Little penguins at the Kaikoura Peninsula

L Rowe

Margate Street, Kaikoura, New Zealand

Little penguins (Eudyptula minor) have been banded at the Kaikoura Peninsula since 2006. Over six seasons 158 birds have been banded, mostly in the vicinity of or under the coastguard building at South Bay, but several birds were caught on the north side of the Peninsula at two burrows (now unused) or moulting. Eighteen of the 96 adults banded were white-flippered (E. minor albosignata), two of which nested last season with little penguins. Sixty-two chicks have fledged, but this is an underestimate of the total produced as access is not available to about eight nest sites. One bird from Oamaru has taken residence and a mate.

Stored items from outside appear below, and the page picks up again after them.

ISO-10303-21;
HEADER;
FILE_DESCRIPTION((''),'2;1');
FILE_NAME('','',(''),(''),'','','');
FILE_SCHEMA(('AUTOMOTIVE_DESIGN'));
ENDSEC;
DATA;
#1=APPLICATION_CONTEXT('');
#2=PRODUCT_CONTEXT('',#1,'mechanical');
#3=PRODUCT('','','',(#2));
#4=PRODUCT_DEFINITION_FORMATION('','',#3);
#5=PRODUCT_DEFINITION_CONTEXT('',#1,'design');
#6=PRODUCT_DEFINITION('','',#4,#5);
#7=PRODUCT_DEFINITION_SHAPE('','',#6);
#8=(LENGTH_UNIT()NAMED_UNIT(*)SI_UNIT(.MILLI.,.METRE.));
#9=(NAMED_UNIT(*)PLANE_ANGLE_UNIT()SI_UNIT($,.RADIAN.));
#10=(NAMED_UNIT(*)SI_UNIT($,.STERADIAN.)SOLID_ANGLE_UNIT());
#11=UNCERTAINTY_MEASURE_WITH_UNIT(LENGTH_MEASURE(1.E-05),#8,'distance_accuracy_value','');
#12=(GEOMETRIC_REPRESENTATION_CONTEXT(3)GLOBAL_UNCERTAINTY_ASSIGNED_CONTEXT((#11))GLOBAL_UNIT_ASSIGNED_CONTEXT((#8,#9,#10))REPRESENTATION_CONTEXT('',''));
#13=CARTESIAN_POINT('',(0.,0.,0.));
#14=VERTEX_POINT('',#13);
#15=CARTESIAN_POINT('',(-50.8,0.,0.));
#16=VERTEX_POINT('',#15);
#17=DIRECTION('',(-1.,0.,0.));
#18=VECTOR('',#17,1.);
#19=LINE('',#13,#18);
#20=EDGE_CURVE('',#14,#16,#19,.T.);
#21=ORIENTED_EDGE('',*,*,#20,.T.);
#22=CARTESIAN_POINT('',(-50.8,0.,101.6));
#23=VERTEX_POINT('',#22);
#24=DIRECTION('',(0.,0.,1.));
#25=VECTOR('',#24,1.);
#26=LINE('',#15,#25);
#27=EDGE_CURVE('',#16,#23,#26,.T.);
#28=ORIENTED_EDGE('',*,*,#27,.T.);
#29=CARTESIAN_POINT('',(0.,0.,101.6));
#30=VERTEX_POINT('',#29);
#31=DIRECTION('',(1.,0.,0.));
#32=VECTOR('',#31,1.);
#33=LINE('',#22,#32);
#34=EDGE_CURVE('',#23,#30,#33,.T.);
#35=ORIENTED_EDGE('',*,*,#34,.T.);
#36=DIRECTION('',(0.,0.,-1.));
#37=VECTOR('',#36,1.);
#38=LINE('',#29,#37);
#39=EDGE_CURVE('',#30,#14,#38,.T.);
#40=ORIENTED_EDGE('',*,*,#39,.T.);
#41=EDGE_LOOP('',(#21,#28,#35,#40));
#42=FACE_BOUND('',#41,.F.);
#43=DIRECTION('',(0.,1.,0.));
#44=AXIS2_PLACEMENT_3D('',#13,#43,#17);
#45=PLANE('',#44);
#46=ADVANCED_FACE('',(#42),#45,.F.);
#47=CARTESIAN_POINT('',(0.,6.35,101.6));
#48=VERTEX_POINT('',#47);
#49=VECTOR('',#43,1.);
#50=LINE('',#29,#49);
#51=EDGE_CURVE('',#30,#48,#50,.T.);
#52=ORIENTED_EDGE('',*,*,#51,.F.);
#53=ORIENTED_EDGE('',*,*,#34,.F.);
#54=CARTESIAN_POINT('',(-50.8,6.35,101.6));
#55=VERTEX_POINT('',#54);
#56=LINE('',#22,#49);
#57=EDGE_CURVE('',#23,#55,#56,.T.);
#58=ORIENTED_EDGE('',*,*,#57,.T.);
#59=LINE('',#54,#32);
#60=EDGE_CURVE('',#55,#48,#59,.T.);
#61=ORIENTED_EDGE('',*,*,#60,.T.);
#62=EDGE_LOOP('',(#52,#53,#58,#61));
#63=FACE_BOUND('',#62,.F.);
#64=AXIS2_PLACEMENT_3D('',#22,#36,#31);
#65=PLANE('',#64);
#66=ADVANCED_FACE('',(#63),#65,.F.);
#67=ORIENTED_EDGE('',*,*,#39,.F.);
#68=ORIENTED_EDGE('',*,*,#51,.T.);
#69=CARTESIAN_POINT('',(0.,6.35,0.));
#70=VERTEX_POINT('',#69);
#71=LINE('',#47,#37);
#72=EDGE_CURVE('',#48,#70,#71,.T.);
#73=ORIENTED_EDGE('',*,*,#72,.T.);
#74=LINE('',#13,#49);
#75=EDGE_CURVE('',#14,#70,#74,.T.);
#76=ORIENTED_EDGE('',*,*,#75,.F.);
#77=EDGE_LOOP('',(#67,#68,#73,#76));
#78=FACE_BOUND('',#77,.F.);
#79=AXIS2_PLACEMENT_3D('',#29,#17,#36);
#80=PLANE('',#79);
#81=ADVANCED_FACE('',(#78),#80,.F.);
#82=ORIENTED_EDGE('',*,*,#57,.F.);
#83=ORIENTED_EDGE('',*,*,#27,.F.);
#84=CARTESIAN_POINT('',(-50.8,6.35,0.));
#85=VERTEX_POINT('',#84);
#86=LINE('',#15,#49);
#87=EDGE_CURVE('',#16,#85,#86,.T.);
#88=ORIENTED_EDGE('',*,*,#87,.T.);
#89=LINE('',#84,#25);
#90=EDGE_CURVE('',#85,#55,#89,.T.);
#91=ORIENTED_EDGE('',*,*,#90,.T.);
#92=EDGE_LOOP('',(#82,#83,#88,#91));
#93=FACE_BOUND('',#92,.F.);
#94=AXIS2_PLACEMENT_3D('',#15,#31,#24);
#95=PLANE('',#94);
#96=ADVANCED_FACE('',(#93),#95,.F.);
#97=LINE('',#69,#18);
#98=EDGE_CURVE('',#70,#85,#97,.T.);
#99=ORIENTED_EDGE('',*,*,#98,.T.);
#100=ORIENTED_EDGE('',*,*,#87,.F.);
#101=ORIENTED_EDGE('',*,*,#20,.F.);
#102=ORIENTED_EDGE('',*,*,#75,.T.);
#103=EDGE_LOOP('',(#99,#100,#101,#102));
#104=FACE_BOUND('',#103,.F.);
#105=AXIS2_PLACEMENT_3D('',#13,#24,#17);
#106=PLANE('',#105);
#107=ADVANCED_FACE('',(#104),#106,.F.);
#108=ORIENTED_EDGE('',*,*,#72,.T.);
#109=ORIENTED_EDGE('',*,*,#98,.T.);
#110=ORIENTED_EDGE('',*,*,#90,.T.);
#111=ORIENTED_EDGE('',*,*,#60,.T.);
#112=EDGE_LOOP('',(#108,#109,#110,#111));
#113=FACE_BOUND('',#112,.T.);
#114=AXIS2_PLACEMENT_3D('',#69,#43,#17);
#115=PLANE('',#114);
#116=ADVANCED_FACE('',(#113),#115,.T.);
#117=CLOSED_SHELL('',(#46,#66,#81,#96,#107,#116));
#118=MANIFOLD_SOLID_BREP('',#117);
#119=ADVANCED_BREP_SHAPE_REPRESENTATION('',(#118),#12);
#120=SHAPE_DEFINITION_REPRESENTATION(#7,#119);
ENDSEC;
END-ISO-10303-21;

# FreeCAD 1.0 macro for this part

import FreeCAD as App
import Part
import Sketcher
from FreeCAD import Vector
Q = App.Units.Quantity


def add_polygon(sketch, points):
    """Adds a closed chain of lines whose ends are joined by coincident constraints."""
    first, n = sketch.GeometryCount, len(points)
    for a, b in zip(points, points[1:] + points[:1]):
        sketch.addGeometry(Part.LineSegment(App.Vector(*a, 0), App.Vector(*b, 0)), False)
    for i in range(n):
        sketch.addConstraint(Sketcher.Constraint("Coincident", first + i, 2, first + (i + 1) % n, 1))

doc = App.newDocument("Part")
body = doc.addObject("PartDesign::Body", "Body")

sketch1 = doc.addObject("Sketcher::SketchObject", "Sketch")
body.addObject(sketch1)
sketch1.AttachmentSupport = (doc.XZ_Plane, [""])
sketch1.MapMode = "FlatFace"
add_polygon(sketch1, [(0, 101.6), (0, 0), (-50.8, 0), (-50.8, 101.6)])
sketch1.addConstraint(Sketcher.Constraint("Vertical", 0))
sketch1.addConstraint(Sketcher.Constraint("Horizontal", 1))
sketch1.addConstraint(Sketcher.Constraint("Vertical", 2))
sketch1.addConstraint(Sketcher.Constraint("Horizontal", 3))
sketch1.addConstraint(Sketcher.Constraint("Coincident", 0, 2, -1, 1))
sketch1.addConstraint(Sketcher.Constraint("DistanceX", 1, 2, 1, 1, Q("2 in")))
sketch1.addConstraint(Sketcher.Constraint("DistanceY", 0, 2, 0, 1, Q("4 in")))
pad1 = doc.addObject("PartDesign::Pad", "Pad")
body.addObject(pad1)
pad1.Profile = sketch1
pad1.Length = Q("0.25 in")
pad1.Reversed = True

doc.recompute()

Cars, dogs and mustelids: mortality of little penguins on the West Coast, South Island, New Zealand

KJ Wilson^a, R Lane^a, J Braidwood^b, A Columbus^c and I Davies^c

^a West Coast Blue Penguin Trust, Charleston, West Coast, New Zealand; ^b Ecology Department, Lincoln University, Lincoln, New Zealand; ^c Department of Conservation, Franz Josef Waiau Area Office, Franz Josef, New Zealand

The West Coast Blue Penguin Trust was formed by local people concerned by the apparent decline in little penguin (Eudyptula minor) numbers. Since starting the Trust we have maintained a penguin mortality database which records the date, location and cause of death of all dead penguins handed to the Trust or the Department of Conservation. We have monitored breeding success in little penguin colonies with, and colonies with no, mustelid control for 4 years at colonies near Charleston and 3 years at colonies in South Westland. Predation by introduced mustelids is a major cause of breeding failure in white-flippered penguins (E. minor albosignata) on Banks Peninsula and has either been shown to be, or assumed to be, an important cause of breeding failure in little penguins elsewhere in New Zealand. However, we have found no significant differences in breeding success between colonies with or without mustelid control in any breeding season at either area. Our penguin mortality database has shown roadkills and dogs to be the most significant mortality factor for West Coast little penguins, with most deaths being of adult penguins, which has a greater impact on population viability than breeding failure. In 2012, in collaboration with Transit New Zealand, one colony was fenced to prevent penguins gaining access to the road. If this successfully reduces roadkill we will fence further roadside colonies.

Seasonal variation in diving behaviour of little penguins

P Agnew

Department of Marine Science, University of Otago, Dunedin, New Zealand

Little penguins (Eudyptula minor) are highly adaptable to fluctuations in the marine environment. At Oamaru, the onset of egg-laying varies every year and can occur from as early as May to as late as September. This adaptability indicates that the penguins are able to adjust their breeding behaviour to cope with intra- and inter-seasonal variation in food availability. The objective of the present study was to determine how the diving behaviour of little penguins relates to changes throughout the breeding season; both in terms of varying reproductive demands at different stages of the breeding cycle and fluctuations in the environment. The objective was also to investigate differences in diving behaviour between seasons. Time-depth recorders (TDR) were attached to little penguins during the pre-egg, incubation and chick-guard stages of the 2010 and 2011 breeding seasons at Oamaru. The use of TDR devices generates an extremely large dataset, providing a number of variables that can be used to infer patterns of diving behaviour. The relevance of different dive variables is discussed and results presented.